Would you output the entries below only from the line containing "f 264 263 262" through the line containing "f 377 376 375", exactly as they stand and with both ends included?

+++ Dataset extract +++

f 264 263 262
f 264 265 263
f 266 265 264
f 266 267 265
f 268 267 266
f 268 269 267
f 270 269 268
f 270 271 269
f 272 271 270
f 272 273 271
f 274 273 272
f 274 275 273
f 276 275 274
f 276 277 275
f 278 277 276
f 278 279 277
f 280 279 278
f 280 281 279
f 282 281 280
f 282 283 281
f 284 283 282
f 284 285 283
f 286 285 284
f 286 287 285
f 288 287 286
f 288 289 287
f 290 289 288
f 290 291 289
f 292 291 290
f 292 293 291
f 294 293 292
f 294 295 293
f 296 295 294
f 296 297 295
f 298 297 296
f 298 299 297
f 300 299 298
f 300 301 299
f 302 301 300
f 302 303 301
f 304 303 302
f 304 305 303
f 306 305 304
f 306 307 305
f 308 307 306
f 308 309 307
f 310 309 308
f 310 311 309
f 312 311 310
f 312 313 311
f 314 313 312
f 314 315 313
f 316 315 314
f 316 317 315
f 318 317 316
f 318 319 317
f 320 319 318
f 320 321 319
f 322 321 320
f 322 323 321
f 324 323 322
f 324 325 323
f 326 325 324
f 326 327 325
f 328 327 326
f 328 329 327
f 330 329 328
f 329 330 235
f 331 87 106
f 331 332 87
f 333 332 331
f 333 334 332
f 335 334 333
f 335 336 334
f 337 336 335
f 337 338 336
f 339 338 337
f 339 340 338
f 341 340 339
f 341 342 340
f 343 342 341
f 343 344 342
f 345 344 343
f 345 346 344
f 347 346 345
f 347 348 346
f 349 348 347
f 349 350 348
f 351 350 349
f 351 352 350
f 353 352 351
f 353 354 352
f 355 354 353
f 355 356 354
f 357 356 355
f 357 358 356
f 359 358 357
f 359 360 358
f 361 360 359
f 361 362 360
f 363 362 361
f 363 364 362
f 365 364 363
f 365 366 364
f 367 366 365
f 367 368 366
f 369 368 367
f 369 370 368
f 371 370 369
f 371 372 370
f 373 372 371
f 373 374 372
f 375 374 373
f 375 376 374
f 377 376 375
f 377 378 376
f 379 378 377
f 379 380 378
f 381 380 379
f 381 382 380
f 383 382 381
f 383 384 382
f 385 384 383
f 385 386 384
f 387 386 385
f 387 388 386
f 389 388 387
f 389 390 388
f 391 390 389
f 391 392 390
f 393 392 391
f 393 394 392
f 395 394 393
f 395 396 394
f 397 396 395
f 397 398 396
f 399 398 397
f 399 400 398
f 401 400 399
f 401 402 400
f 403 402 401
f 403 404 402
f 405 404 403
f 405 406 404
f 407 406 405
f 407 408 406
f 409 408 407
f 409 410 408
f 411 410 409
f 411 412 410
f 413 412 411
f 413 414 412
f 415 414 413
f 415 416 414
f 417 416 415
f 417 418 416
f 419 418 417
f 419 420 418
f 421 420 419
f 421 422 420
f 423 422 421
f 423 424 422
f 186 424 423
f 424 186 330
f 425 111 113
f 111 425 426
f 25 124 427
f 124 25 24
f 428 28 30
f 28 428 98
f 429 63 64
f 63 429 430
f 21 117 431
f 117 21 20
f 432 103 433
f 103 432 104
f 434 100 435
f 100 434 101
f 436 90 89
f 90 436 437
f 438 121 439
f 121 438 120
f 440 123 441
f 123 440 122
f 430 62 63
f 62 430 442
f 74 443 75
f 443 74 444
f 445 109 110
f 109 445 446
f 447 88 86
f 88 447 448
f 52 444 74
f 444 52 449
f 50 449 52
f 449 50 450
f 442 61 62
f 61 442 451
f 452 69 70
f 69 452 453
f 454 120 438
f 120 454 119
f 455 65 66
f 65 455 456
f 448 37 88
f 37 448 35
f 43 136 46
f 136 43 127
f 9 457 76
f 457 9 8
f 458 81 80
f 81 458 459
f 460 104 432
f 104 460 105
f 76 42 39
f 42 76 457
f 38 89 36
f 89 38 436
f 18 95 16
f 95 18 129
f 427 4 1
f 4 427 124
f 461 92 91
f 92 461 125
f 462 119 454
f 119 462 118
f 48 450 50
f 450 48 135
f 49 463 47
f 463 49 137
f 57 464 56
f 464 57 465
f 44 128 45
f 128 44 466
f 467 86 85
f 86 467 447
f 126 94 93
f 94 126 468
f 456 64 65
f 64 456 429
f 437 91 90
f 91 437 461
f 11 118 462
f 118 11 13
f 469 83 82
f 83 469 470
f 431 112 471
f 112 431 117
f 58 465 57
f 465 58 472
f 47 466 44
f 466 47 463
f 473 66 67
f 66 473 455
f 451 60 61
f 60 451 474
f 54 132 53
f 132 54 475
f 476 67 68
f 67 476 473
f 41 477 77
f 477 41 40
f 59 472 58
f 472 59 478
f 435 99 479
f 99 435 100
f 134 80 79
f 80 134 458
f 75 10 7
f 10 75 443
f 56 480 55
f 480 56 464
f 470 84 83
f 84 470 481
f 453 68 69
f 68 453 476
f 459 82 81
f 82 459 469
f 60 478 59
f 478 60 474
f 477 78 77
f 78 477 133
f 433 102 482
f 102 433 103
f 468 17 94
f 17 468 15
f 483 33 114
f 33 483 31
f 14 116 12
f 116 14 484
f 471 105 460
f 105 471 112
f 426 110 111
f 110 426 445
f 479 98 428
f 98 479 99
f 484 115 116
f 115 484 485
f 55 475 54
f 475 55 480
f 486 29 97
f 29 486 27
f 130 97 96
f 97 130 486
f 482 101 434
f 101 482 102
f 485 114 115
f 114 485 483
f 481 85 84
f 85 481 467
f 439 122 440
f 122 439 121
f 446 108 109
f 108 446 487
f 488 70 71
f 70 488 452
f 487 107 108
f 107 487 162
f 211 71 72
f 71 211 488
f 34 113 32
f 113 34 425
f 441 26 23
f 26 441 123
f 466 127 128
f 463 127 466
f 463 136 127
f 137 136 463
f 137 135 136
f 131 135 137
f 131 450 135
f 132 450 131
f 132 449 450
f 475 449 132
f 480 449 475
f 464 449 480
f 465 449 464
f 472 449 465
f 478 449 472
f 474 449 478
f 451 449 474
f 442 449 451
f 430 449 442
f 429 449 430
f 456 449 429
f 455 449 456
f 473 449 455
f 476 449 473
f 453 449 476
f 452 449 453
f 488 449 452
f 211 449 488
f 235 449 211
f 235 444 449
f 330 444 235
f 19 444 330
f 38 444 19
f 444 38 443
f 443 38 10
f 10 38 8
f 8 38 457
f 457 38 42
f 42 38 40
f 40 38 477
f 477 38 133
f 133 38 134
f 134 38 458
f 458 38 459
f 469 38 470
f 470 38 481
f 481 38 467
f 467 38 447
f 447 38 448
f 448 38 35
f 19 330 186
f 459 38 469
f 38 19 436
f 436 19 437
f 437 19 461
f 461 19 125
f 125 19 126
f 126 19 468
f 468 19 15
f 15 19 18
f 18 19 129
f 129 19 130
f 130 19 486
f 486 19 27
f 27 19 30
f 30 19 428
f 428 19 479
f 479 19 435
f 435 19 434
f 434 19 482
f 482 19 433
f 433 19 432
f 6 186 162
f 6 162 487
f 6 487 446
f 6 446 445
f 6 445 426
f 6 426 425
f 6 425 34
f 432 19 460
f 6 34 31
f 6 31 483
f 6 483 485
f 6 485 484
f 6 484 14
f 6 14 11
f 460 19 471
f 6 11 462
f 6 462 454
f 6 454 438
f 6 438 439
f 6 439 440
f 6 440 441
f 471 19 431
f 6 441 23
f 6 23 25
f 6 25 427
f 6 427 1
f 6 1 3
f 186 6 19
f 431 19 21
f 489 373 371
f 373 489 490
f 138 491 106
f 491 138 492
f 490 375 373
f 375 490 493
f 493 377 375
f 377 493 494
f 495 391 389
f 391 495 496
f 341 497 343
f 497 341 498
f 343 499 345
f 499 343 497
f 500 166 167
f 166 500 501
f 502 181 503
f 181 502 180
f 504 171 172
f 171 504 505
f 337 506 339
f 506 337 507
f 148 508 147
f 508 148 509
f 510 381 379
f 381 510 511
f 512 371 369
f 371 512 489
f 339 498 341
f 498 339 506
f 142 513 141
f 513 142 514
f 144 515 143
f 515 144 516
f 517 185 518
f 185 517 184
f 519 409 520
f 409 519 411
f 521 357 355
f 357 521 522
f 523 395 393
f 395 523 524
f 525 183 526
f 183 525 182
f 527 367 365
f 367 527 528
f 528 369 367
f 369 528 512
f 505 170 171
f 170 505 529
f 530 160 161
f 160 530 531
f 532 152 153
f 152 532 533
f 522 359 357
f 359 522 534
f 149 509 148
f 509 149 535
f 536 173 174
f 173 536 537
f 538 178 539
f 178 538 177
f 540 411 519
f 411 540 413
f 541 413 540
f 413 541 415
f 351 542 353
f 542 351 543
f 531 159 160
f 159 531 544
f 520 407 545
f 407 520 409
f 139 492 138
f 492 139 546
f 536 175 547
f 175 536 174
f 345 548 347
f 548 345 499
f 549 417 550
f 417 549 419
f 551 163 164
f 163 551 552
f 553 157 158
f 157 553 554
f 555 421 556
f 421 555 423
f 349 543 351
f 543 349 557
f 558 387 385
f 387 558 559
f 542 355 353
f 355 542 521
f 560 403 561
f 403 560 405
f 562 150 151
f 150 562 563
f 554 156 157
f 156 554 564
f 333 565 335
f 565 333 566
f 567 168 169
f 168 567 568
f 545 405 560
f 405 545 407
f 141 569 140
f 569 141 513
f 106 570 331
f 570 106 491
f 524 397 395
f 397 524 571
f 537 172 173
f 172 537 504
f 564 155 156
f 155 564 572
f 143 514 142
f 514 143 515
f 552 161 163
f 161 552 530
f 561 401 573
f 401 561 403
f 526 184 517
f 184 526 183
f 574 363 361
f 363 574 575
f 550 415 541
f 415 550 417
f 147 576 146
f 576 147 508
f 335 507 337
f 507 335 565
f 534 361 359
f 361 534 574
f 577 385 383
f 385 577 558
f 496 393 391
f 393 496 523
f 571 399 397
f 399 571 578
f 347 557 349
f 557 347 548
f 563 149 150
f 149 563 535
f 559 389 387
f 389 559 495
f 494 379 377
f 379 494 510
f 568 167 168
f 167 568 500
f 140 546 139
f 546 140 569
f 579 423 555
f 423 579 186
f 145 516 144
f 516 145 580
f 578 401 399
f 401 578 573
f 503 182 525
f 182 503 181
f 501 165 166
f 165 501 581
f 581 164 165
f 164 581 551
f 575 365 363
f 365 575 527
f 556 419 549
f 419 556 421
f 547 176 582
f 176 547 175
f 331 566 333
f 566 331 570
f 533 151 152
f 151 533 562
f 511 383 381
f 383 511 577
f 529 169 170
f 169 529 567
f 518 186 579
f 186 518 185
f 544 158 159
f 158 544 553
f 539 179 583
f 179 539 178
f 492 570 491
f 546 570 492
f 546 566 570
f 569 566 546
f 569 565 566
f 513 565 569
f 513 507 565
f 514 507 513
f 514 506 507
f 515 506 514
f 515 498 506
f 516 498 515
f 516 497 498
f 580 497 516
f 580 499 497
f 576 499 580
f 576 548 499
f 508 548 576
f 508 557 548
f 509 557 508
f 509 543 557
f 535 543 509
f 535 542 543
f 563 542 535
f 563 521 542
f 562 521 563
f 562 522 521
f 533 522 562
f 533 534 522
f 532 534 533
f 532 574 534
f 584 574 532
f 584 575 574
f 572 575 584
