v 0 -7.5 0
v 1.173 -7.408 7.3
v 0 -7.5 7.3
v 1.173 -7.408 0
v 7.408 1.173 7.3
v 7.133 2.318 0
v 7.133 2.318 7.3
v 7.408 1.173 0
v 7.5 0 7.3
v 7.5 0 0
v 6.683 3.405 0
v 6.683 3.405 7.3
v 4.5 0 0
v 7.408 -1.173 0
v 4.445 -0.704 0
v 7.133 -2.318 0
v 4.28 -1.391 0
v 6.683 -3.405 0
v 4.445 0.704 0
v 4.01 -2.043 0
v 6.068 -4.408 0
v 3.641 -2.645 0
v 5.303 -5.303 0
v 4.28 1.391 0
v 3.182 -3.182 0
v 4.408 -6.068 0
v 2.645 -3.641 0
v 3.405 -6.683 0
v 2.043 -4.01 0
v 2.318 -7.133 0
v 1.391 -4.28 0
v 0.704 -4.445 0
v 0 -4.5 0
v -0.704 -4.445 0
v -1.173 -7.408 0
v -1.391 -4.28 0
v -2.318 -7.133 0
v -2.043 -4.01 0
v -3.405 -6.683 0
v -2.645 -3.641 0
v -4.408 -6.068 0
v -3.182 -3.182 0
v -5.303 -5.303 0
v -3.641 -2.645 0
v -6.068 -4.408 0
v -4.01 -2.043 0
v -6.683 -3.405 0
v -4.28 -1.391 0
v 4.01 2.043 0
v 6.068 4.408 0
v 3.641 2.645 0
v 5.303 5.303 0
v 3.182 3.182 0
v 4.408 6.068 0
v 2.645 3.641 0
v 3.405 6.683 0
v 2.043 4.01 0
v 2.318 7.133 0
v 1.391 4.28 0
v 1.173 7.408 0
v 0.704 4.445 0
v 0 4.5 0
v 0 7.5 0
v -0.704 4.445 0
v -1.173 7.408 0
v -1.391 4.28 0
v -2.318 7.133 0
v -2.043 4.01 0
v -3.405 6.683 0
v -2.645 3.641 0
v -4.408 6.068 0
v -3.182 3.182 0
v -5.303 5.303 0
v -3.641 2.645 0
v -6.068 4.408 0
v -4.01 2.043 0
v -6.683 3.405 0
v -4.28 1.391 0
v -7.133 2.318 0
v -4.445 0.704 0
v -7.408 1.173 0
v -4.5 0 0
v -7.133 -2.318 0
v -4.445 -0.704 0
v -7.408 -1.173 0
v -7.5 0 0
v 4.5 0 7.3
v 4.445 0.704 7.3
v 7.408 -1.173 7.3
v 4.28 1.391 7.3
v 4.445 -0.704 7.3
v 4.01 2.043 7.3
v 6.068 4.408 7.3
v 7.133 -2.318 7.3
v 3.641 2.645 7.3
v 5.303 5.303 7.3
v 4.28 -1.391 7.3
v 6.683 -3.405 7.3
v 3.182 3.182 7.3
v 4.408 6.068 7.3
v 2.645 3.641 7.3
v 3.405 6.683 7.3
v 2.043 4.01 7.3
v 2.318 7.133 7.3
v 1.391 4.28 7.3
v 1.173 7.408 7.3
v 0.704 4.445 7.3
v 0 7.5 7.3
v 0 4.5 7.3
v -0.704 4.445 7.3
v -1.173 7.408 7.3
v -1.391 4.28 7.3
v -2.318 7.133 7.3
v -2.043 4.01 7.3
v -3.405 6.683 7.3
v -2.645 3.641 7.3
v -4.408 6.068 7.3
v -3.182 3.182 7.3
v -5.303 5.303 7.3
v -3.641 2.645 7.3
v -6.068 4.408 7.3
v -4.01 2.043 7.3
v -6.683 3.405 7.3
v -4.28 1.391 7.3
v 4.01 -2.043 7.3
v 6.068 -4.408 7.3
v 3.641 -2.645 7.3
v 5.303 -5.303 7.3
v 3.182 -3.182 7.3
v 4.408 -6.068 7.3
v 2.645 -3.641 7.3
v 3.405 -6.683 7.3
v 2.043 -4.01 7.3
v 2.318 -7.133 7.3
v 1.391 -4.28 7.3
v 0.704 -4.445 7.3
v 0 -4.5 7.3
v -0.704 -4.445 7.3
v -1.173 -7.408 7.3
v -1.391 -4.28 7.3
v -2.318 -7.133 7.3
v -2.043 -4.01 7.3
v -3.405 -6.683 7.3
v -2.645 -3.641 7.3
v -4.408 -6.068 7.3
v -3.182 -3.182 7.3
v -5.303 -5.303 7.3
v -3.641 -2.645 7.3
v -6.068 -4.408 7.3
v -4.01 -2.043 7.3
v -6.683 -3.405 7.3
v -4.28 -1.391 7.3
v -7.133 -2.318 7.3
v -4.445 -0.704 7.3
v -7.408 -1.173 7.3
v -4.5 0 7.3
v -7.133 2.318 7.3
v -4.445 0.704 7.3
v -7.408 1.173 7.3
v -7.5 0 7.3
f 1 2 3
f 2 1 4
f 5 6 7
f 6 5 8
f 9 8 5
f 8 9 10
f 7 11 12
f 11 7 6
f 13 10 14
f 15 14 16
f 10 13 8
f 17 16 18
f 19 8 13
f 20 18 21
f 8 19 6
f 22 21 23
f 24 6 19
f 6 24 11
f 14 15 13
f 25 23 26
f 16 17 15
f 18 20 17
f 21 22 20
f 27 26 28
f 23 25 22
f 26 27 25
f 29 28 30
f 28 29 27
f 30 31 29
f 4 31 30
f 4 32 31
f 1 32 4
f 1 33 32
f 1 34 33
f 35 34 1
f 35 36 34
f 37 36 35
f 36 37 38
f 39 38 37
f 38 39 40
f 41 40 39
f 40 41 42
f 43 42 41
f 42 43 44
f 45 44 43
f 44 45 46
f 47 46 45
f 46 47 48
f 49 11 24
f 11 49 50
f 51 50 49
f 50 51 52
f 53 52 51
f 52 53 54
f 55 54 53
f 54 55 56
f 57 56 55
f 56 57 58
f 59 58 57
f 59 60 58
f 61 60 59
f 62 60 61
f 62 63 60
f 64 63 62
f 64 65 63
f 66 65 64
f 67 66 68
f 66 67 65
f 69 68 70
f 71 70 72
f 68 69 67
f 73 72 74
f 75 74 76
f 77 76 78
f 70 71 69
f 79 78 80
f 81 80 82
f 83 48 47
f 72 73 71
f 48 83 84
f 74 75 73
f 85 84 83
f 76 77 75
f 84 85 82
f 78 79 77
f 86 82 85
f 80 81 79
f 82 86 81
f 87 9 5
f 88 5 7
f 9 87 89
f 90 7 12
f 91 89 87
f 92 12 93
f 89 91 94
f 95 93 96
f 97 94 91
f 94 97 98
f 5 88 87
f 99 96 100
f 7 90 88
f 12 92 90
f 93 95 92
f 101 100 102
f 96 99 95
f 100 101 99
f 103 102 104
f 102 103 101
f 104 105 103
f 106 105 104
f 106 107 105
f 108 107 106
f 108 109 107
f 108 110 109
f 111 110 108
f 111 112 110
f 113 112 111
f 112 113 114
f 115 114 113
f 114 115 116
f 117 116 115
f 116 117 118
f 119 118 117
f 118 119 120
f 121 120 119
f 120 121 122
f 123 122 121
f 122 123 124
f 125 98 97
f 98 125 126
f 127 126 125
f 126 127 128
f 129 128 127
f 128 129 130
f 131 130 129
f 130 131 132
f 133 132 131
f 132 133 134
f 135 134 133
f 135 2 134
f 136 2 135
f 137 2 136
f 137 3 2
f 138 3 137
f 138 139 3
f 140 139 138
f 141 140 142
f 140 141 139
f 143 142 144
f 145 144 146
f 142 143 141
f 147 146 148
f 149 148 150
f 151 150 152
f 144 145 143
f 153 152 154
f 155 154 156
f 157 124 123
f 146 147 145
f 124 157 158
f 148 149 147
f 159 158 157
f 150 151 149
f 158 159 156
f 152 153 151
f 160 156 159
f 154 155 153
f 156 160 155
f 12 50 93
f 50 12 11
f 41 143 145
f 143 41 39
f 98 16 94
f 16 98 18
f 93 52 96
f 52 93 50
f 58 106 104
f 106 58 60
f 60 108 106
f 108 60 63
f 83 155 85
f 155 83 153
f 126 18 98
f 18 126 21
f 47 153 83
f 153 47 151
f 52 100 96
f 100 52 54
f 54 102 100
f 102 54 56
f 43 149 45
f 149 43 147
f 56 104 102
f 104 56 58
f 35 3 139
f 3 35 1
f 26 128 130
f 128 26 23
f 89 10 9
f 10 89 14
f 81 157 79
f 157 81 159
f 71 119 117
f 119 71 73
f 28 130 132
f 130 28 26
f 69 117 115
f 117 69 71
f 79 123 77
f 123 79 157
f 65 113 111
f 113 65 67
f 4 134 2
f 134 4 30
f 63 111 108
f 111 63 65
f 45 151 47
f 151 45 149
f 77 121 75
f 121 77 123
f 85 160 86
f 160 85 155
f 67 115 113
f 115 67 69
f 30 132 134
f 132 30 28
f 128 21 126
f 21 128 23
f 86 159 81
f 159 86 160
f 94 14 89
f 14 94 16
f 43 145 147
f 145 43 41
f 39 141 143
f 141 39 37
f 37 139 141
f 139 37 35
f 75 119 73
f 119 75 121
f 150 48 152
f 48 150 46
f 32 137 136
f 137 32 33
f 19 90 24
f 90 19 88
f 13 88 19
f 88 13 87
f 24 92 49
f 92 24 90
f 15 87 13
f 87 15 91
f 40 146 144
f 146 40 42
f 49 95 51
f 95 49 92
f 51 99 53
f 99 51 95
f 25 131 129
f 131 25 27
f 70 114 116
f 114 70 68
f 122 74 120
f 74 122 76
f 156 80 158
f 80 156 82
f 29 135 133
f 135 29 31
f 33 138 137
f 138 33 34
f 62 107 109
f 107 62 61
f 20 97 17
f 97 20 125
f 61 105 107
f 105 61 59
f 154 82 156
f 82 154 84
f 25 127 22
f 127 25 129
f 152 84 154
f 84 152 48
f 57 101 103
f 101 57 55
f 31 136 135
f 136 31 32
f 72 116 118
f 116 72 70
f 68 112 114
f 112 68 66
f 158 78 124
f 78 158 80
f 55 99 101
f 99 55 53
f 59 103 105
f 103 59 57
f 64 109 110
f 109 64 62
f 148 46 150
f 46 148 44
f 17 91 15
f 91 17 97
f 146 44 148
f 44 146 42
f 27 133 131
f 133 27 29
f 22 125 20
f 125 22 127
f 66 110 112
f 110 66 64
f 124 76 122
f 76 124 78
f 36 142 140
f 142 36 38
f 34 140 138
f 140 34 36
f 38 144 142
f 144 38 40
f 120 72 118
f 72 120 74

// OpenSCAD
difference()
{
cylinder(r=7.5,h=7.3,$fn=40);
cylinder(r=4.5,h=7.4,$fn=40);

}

+++
+++ Dataset extract +++

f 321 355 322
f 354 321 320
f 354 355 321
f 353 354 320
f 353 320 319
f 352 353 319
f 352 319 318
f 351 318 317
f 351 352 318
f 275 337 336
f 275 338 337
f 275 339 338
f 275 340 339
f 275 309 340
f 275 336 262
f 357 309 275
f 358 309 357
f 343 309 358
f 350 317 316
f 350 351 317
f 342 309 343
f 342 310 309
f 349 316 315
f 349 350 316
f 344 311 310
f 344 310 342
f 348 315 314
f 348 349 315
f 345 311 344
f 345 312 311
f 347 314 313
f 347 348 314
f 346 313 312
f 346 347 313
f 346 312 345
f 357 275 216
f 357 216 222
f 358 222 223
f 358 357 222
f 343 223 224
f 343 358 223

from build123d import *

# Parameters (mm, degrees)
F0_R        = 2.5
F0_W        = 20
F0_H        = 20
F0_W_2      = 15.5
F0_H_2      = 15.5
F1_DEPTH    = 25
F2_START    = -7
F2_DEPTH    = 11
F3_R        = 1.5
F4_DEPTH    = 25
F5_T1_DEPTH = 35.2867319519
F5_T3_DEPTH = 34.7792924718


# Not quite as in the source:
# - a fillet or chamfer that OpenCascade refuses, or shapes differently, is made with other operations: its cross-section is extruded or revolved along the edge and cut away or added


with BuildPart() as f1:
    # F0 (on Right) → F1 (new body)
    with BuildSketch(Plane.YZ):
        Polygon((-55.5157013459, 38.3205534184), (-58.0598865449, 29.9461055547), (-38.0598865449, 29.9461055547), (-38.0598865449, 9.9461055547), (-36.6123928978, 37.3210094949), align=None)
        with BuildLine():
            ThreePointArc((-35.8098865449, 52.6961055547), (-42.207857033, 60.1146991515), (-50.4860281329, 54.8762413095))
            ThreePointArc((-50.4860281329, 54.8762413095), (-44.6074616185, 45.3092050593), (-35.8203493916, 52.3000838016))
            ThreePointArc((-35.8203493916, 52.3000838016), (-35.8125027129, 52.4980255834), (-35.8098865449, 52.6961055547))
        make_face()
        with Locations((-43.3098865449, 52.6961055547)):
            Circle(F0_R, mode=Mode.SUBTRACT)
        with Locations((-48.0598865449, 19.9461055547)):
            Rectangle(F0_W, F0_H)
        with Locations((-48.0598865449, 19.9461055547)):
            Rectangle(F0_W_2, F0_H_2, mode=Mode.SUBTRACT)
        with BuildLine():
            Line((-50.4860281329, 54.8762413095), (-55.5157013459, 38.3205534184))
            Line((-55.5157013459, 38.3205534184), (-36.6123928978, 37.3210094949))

+++

Exercise solution –
f 264 263 262
f 264 265 263
f 266 265 264
f 266 267 265
f 268 267 266
f 268 269 267
f 270 269 268
f 270 271 269
f 272 271 270
f 272 273 271
f 274 273 272
f 274 275 273
f 276 275 274
f 276 277 275
f 278 277 276
f 278 279 277
f 280 279 278
f 280 281 279
f 282 281 280
f 282 283 281
f 284 283 282
f 284 285 283
f 286 285 284
f 286 287 285
f 288 287 286
f 288 289 287
f 290 289 288
f 290 291 289
f 292 291 290
f 292 293 291
f 294 293 292
f 294 295 293
f 296 295 294
f 296 297 295
f 298 297 296
f 298 299 297
f 300 299 298
f 300 301 299
f 302 301 300
f 302 303 301
f 304 303 302
f 304 305 303
f 306 305 304
f 306 307 305
f 308 307 306
f 308 309 307
f 310 309 308
f 310 311 309
f 312 311 310
f 312 313 311
f 314 313 312
f 314 315 313
f 316 315 314
f 316 317 315
f 318 317 316
f 318 319 317
f 320 319 318
f 320 321 319
f 322 321 320
f 322 323 321
f 324 323 322
f 324 325 323
f 326 325 324
f 326 327 325
f 328 327 326
f 328 329 327
f 330 329 328
f 329 330 235
f 331 87 106
f 331 332 87
f 333 332 331
f 333 334 332
f 335 334 333
f 335 336 334
f 337 336 335
f 337 338 336
f 339 338 337
f 339 340 338
f 341 340 339
f 341 342 340
f 343 342 341
f 343 344 342
f 345 344 343
f 345 346 344
f 347 346 345
f 347 348 346
f 349 348 347
f 349 350 348
f 351 350 349
f 351 352 350
f 353 352 351
f 353 354 352
f 355 354 353
f 355 356 354
f 357 356 355
f 357 358 356
f 359 358 357
f 359 360 358
f 361 360 359
f 361 362 360
f 363 362 361
f 363 364 362
f 365 364 363
f 365 366 364
f 367 366 365
f 367 368 366
f 369 368 367
f 369 370 368
f 371 370 369
f 371 372 370
f 373 372 371
f 373 374 372
f 375 374 373
f 375 376 374
f 377 376 375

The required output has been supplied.